• **TASK REQUIREMENTS**
Starting with the line that contains "v 3 -20.101 64.605" and stopping after the line that contains "v 3 -21.886 64.649", copy the entries below exactly. Include nothing else.

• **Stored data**
● ● ● ● ●

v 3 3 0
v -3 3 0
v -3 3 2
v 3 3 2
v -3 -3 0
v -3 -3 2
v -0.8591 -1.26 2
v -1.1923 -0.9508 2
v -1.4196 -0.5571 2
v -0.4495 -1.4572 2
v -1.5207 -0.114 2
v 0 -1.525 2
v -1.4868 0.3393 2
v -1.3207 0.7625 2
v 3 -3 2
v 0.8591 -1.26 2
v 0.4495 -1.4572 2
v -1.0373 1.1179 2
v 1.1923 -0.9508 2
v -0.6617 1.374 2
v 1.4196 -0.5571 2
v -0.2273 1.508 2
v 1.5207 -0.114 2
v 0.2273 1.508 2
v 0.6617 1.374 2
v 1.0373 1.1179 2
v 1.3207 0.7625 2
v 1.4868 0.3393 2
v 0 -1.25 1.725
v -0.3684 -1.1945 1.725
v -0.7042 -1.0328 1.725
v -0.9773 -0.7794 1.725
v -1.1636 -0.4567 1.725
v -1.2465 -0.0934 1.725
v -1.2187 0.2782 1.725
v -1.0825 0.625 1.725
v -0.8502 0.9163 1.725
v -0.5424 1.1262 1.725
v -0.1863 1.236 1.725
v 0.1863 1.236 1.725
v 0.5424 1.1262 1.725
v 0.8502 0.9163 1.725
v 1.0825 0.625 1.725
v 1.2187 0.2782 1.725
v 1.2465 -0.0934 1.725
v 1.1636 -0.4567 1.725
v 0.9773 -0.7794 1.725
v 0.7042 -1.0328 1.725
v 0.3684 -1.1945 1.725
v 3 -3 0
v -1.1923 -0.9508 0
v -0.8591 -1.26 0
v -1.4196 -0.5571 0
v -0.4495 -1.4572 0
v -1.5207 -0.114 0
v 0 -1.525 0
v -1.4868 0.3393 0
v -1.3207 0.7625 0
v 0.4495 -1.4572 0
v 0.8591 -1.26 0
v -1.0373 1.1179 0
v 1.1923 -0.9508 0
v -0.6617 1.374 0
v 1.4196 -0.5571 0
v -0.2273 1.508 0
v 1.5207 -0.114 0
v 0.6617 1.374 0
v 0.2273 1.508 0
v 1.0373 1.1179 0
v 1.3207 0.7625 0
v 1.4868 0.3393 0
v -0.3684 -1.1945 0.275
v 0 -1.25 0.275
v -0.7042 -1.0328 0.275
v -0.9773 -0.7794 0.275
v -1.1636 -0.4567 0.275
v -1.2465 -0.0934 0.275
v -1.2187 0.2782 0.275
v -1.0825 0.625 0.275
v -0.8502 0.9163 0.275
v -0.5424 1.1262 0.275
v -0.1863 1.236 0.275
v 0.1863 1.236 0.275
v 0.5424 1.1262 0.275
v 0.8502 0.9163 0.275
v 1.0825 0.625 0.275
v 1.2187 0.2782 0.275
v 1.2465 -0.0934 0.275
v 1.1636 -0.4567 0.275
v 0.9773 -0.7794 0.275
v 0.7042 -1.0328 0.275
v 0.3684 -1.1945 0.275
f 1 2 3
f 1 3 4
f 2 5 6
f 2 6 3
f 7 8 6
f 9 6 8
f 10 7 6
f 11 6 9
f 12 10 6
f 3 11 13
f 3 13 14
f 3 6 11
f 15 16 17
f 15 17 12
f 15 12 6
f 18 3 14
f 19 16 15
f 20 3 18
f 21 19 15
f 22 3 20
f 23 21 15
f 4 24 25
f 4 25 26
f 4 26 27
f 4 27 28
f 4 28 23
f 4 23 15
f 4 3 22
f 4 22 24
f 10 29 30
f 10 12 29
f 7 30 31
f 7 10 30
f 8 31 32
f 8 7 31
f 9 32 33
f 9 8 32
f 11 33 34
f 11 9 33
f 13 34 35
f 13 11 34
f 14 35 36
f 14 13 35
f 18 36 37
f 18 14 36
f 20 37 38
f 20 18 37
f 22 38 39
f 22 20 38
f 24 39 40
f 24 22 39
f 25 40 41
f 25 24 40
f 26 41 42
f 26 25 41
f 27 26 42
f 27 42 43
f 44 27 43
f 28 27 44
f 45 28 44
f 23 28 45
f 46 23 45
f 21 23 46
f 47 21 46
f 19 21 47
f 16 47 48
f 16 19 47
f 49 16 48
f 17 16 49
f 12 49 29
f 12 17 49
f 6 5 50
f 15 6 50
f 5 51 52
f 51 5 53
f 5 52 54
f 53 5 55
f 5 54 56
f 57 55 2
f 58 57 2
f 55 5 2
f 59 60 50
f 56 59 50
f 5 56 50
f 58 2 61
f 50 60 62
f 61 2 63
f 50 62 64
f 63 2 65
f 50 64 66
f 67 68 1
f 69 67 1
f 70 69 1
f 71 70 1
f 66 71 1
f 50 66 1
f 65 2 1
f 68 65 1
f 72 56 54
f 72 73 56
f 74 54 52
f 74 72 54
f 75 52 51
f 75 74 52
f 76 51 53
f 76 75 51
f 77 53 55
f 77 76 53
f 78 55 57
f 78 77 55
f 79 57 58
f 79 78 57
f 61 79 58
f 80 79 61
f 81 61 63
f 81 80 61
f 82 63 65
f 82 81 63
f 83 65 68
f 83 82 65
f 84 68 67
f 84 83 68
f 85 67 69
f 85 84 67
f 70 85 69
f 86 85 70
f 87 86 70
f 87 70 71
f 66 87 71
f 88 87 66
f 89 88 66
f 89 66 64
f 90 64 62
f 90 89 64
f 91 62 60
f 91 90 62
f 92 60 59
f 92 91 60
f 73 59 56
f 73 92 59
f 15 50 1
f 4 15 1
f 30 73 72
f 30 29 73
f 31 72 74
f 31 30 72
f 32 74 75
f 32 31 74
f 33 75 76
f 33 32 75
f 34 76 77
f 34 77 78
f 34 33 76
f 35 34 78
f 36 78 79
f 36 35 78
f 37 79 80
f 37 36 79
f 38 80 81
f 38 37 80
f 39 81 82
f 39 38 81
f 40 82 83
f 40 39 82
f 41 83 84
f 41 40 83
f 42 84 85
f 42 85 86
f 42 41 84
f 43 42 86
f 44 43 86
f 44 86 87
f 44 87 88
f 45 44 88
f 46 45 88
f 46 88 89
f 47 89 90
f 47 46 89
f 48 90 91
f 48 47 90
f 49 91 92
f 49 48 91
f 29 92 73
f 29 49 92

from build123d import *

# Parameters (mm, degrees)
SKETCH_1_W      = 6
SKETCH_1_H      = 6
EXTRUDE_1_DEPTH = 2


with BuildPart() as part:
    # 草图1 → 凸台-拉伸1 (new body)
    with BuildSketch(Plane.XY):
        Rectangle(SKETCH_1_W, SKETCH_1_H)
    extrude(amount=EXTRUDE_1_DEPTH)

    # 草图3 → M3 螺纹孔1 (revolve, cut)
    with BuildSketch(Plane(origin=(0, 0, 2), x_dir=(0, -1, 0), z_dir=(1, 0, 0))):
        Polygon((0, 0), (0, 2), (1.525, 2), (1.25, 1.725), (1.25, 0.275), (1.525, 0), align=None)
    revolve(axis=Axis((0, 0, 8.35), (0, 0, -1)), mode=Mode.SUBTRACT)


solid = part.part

● ● ● ● ●

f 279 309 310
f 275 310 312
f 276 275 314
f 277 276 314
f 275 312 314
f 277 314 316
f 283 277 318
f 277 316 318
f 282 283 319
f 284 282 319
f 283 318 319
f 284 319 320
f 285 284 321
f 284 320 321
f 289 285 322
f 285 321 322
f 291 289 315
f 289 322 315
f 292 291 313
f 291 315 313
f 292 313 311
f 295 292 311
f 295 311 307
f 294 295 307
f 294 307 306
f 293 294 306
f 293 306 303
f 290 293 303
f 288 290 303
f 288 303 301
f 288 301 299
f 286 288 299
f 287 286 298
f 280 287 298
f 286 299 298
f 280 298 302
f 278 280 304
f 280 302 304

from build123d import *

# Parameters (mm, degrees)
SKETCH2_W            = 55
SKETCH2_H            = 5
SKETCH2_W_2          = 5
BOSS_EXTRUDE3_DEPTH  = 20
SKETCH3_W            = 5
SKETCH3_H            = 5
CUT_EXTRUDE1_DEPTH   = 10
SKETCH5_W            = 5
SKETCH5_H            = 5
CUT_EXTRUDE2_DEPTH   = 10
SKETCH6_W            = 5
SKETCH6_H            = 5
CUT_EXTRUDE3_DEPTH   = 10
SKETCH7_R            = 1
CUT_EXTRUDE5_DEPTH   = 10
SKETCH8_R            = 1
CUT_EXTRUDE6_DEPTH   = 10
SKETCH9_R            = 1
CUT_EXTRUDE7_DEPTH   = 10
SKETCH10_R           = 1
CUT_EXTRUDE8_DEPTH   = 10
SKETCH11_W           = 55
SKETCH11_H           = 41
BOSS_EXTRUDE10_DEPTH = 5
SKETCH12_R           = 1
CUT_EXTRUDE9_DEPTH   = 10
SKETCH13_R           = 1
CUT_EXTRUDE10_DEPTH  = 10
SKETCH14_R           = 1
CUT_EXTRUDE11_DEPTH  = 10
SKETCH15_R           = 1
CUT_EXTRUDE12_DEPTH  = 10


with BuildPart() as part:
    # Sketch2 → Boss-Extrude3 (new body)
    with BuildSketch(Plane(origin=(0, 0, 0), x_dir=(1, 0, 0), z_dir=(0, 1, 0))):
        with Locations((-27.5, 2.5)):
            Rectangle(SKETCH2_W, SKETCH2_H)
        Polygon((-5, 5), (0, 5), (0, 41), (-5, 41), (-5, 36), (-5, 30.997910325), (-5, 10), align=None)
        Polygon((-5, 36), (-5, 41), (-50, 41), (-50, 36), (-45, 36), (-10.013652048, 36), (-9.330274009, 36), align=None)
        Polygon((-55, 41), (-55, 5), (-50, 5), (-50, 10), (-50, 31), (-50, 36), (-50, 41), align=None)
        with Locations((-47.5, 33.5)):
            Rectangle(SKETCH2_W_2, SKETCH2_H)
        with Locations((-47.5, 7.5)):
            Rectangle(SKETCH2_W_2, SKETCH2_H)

● ● ● ● ●

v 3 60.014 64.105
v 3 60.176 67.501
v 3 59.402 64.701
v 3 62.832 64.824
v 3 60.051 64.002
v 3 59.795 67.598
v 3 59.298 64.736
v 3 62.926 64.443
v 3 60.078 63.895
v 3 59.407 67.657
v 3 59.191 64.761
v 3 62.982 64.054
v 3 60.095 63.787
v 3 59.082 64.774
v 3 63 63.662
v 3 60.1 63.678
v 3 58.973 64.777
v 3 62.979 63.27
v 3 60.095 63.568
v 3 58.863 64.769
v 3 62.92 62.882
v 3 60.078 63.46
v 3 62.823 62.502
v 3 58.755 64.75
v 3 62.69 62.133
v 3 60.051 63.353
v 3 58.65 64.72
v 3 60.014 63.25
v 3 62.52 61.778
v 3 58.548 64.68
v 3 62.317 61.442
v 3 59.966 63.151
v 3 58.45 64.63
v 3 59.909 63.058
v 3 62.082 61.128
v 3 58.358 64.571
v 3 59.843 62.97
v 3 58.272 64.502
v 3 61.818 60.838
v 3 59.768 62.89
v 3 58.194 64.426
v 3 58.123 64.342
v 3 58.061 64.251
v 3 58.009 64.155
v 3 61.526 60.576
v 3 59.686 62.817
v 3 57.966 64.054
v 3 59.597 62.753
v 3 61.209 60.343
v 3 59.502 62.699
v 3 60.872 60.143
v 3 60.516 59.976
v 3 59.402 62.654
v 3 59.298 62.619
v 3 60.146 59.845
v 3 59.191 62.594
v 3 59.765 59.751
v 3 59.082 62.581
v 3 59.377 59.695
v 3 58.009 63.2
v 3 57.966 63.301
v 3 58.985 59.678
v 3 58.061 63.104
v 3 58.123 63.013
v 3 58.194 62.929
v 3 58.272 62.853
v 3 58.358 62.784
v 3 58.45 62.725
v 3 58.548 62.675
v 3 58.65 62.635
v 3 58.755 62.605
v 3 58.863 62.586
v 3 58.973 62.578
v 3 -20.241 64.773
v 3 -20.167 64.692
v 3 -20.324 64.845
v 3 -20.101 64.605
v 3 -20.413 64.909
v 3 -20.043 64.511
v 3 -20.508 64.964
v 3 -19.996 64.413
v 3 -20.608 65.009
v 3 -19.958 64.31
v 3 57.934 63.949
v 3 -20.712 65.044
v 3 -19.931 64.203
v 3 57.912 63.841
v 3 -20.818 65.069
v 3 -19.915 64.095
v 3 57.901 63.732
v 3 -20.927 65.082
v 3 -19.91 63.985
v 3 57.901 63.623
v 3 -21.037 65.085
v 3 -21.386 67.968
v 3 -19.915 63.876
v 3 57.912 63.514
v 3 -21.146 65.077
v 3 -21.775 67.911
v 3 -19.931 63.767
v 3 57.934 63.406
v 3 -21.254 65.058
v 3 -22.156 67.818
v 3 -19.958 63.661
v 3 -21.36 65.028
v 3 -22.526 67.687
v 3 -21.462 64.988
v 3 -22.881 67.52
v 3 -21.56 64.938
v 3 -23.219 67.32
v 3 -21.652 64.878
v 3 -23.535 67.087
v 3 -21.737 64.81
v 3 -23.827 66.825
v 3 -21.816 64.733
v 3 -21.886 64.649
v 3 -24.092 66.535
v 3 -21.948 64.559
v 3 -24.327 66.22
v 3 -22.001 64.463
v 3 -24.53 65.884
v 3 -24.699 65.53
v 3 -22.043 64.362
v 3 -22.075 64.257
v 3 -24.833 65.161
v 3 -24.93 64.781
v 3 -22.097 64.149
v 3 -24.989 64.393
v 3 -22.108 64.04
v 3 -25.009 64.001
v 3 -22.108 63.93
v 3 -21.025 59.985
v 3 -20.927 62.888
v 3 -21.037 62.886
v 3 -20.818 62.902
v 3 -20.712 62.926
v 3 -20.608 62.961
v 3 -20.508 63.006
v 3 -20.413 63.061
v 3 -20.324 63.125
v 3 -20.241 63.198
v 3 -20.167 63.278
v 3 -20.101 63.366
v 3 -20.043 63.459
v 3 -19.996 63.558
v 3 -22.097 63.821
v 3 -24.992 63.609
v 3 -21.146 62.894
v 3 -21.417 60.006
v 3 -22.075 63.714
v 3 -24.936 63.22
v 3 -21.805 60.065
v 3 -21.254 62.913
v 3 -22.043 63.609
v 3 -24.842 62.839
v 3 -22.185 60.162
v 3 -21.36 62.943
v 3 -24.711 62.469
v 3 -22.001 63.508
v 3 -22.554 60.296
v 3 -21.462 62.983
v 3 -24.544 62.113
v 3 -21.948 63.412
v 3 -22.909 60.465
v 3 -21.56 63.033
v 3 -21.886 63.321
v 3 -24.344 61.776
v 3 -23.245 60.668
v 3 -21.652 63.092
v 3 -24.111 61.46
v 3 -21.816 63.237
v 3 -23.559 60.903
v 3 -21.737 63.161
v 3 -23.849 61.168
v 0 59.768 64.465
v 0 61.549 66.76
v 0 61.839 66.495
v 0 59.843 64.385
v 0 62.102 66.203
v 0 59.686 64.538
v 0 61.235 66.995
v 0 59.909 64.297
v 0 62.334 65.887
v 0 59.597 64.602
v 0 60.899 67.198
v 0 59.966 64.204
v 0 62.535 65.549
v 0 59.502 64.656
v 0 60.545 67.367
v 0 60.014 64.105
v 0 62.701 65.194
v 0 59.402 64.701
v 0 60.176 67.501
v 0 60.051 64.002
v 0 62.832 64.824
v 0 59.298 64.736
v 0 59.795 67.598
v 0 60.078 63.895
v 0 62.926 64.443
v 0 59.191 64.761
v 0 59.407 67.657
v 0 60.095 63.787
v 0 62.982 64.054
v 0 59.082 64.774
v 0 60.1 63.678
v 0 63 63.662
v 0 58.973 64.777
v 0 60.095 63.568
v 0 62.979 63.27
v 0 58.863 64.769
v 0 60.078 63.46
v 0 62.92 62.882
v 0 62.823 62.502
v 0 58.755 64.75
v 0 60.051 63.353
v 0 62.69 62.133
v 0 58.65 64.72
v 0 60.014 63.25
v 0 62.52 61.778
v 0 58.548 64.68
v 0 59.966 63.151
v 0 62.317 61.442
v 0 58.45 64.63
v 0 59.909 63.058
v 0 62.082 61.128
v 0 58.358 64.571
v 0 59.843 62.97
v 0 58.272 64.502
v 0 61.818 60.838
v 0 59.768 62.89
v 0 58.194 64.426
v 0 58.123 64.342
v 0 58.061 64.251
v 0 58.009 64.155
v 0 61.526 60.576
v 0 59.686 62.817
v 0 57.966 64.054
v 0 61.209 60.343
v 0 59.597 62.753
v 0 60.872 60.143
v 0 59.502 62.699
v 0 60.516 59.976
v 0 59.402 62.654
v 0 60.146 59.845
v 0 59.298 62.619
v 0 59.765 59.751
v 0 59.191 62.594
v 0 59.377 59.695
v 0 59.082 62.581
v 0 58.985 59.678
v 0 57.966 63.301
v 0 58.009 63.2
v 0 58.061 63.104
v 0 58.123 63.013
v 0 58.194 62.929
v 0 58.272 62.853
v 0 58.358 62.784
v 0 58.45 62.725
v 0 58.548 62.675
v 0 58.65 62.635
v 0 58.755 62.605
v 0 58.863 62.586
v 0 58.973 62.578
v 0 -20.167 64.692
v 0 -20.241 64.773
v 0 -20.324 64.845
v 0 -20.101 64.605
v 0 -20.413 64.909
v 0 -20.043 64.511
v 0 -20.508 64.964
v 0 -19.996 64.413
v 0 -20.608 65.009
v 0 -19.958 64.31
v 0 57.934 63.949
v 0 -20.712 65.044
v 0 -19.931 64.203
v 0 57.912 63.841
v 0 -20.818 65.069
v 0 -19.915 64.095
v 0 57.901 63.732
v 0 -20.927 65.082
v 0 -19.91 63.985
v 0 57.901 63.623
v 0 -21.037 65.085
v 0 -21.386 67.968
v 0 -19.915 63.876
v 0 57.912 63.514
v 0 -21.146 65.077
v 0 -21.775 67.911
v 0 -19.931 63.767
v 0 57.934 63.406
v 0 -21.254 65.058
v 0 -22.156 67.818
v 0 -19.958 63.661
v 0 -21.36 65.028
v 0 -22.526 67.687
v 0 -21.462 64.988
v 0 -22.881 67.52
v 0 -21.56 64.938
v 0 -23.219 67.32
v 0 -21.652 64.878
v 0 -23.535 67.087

● ● ● ● ●

• **EXERCISE ANSWER**
v 3 -20.101 64.605
v 3 -20.413 64.909
v 3 -20.043 64.511
v 3 -20.508 64.964
v 3 -19.996 64.413
v 3 -20.608 65.009
v 3 -19.958 64.31
v 3 57.934 63.949
v 3 -20.712 65.044
v 3 -19.931 64.203
v 3 57.912 63.841
v 3 -20.818 65.069
v 3 -19.915 64.095
v 3 57.901 63.732
v 3 -20.927 65.082
v 3 -19.91 63.985
v 3 57.901 63.623
v 3 -21.037 65.085
v 3 -21.386 67.968
v 3 -19.915 63.876
v 3 57.912 63.514
v 3 -21.146 65.077
v 3 -21.775 67.911
v 3 -19.931 63.767
v 3 57.934 63.406
v 3 -21.254 65.058
v 3 -22.156 67.818
v 3 -19.958 63.661
v 3 -21.36 65.028
v 3 -22.526 67.687
v 3 -21.462 64.988
v 3 -22.881 67.52
v 3 -21.56 64.938
v 3 -23.219 67.32
v 3 -21.652 64.878
v 3 -23.535 67.087
v 3 -21.737 64.81
v 3 -23.827 66.825
v 3 -21.816 64.733
v 3 -21.886 64.649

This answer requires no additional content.